In safety-critical systems, point forecasts are rarely enough. We need to know how much to trust the fallback.

import pandas as pd
import numpy as np
from spotforecast2_safe.forecaster.recursive import ForecasterEquivalentDate

# Generate data with increasing noise (heteroscedasticity)
n = 200
index = pd.date_range(start='2023-01-01', periods=n, freq='D')
noise = np.random.normal(0, np.linspace(0.1, 2.0, n), n)
y = pd.Series(10 + noise, index=index)

# Forecaster with Residual Binning
# This allows the uncertainty intervals to vary depending on the predicted value
forecaster = ForecasterEquivalentDate(
    offset=7,
    n_offsets=1,
    binner_kwargs={'n_bins': 5}
)

# Store in-sample residuals to calibrate the intervals
forecaster.fit(y=y, store_in_sample_residuals=True)

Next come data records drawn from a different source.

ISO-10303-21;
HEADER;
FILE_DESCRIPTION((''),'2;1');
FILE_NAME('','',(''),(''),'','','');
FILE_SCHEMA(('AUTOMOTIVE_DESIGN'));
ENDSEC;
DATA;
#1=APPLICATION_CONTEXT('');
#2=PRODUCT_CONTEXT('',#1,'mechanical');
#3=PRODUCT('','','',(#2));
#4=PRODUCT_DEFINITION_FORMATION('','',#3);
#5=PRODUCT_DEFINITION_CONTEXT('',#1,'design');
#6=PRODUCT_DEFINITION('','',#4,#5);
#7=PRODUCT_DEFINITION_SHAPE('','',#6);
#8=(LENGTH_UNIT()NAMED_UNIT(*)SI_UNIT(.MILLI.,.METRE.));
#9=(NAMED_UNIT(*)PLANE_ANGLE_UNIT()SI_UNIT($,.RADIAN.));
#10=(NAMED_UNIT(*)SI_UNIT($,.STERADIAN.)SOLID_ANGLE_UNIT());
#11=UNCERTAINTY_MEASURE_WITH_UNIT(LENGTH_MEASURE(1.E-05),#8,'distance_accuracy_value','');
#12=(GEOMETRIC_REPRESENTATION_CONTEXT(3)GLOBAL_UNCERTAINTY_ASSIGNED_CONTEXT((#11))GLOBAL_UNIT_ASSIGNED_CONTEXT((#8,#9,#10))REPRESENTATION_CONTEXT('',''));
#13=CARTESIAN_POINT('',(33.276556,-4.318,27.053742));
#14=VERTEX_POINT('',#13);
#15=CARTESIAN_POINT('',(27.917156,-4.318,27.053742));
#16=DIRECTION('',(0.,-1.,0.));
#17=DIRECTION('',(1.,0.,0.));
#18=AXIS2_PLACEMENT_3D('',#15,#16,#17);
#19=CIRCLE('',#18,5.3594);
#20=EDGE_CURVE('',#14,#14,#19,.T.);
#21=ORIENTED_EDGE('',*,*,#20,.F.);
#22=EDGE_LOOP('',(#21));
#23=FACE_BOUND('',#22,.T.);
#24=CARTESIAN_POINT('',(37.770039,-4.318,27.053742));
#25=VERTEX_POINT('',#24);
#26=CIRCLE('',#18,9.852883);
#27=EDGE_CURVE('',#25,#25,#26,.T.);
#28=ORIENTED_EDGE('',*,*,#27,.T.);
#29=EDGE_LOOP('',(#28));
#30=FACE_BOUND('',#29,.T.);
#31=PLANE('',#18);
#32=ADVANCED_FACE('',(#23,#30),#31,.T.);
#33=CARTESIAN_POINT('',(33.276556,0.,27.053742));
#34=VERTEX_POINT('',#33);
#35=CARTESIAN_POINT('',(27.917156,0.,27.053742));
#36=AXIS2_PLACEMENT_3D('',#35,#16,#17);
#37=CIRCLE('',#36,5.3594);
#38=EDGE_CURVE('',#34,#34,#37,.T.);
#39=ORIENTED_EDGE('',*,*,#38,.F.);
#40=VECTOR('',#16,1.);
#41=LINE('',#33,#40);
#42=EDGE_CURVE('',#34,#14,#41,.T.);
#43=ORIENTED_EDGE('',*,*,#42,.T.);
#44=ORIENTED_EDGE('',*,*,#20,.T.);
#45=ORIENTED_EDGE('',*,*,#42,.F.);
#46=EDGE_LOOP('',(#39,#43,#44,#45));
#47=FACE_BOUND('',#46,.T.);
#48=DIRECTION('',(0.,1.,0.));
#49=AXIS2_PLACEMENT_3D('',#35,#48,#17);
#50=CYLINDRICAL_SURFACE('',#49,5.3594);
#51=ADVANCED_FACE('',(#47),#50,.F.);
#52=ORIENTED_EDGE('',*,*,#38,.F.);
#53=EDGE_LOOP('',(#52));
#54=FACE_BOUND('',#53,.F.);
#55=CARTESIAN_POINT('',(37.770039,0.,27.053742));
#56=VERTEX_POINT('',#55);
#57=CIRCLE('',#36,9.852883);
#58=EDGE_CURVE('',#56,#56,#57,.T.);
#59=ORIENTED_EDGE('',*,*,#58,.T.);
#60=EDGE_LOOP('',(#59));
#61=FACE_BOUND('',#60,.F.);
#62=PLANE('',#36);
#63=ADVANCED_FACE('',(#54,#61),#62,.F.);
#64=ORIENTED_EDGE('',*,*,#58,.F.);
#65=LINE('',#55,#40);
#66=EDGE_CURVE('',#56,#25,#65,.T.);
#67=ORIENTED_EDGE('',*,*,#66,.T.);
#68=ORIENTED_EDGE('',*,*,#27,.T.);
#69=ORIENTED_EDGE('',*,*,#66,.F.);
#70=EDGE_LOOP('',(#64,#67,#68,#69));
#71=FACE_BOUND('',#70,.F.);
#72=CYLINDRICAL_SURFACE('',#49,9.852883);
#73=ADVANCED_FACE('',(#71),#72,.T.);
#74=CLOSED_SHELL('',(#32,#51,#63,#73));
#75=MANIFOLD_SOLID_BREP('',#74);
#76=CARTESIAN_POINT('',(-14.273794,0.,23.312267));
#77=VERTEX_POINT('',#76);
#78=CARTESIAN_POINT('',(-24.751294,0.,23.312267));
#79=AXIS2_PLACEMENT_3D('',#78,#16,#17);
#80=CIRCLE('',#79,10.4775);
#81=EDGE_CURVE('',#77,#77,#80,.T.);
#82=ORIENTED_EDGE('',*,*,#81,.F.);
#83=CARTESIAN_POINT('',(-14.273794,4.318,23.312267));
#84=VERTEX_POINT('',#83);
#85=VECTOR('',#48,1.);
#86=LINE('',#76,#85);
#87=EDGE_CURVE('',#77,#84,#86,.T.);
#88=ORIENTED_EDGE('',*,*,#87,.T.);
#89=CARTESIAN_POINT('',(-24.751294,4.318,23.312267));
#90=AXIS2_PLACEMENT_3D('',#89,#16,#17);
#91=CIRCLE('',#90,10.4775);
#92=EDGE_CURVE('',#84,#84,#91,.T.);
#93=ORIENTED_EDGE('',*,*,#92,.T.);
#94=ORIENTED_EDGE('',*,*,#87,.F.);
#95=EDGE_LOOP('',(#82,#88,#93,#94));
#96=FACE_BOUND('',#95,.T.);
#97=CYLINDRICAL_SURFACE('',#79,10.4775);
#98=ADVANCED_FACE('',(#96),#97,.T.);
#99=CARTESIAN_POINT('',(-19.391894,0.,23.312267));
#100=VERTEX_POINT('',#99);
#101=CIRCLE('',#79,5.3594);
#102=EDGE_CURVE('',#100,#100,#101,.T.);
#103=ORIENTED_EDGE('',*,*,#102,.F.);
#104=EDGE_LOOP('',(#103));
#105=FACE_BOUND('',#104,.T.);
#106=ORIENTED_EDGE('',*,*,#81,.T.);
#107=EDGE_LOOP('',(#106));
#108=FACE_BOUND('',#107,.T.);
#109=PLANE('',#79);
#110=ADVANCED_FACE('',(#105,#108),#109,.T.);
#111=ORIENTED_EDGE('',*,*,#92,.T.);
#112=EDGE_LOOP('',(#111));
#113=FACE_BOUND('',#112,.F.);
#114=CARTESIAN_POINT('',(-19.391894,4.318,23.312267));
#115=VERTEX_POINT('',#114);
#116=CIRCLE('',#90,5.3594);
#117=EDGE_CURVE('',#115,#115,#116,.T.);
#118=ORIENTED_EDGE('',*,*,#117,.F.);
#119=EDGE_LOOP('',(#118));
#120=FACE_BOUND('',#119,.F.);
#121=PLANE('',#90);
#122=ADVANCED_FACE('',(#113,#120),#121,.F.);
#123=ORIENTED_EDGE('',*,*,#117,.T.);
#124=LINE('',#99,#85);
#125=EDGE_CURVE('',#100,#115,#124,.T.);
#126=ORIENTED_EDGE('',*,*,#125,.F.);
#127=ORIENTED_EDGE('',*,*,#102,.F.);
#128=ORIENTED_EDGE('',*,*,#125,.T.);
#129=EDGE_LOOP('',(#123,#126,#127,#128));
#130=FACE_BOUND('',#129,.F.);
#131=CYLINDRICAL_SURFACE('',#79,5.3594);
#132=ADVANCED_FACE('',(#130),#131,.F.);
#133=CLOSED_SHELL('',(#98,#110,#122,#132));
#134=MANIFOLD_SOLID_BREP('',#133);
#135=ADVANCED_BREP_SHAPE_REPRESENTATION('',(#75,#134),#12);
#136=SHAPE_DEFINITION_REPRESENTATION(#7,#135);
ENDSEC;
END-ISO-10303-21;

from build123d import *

# Parameters (mm, degrees)
F0_R     = 10.4775
F0_R_2   = 5.3594
F1_DEPTH = 4.318
F2_R     = 9.852883
F2_R_2   = 5.3594
F3_DEPTH = 4.318


with BuildPart() as f1:
    # F0 (on Front) → F1 (new body)
    with BuildSketch(Plane.XZ):
        with Locations((-24.751294, 23.312267)):
            Circle(F0_R)
        with Locations((-24.751294, 23.312267)):
            Circle(F0_R_2, mode=Mode.SUBTRACT)
    extrude(amount=-F1_DEPTH)


with BuildPart() as f3:
    # F2 (on Front) → F3 (new body)
    with BuildSketch(Plane.XZ):
        with Locations((27.917156, 27.053742)):
            Circle(F2_R)
        with Locations((27.917156, 27.053742)):
            Circle(F2_R_2, mode=Mode.SUBTRACT)
    extrude(amount=F3_DEPTH)


solid = Compound([f1.part, f3.part])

# Predict intervals (90% confidence)
intervals = forecaster.predict_interval(
    steps=7, 
    interval=[5, 95] 
)

print("Predictions with Confidence Intervals:")
print(intervals)

Expert Reference: Internal Mechanics

Residual Binning and Conformal Prediction

The ForecasterEquivalentDate implements a binned approach to conformal prediction. When fit(store_in_sample_residuals=True) is called: 1. The forecaster calculates historical “forecasts” for the training period. 2. Residuals (\(y_{true} - y_{pred}\)) are calculated. 3. Predicted values are split into bins (quantiles) using the binner. 4. Residuals are associated with their corresponding bin based on the predicted value. 5. When predict_interval() is called, the forecaster uses the distribution of residuals from the relevant bin to calculate the bounds. This allows for narrower intervals when the model is historically more accurate and wider intervals when it is less certain.

Limitations

While excellent as a fallback, this forecaster does not: * Account for exogenous variables (e.g., weather, holidays). * Capture trends (it assumes the future level will be similar to the past level). * Modify its behavior based on recent forecast errors (it’s not adaptive in the short term).

For these reasons, it should always be used in tandem with more sophisticated models or as a “sanity check” boundary.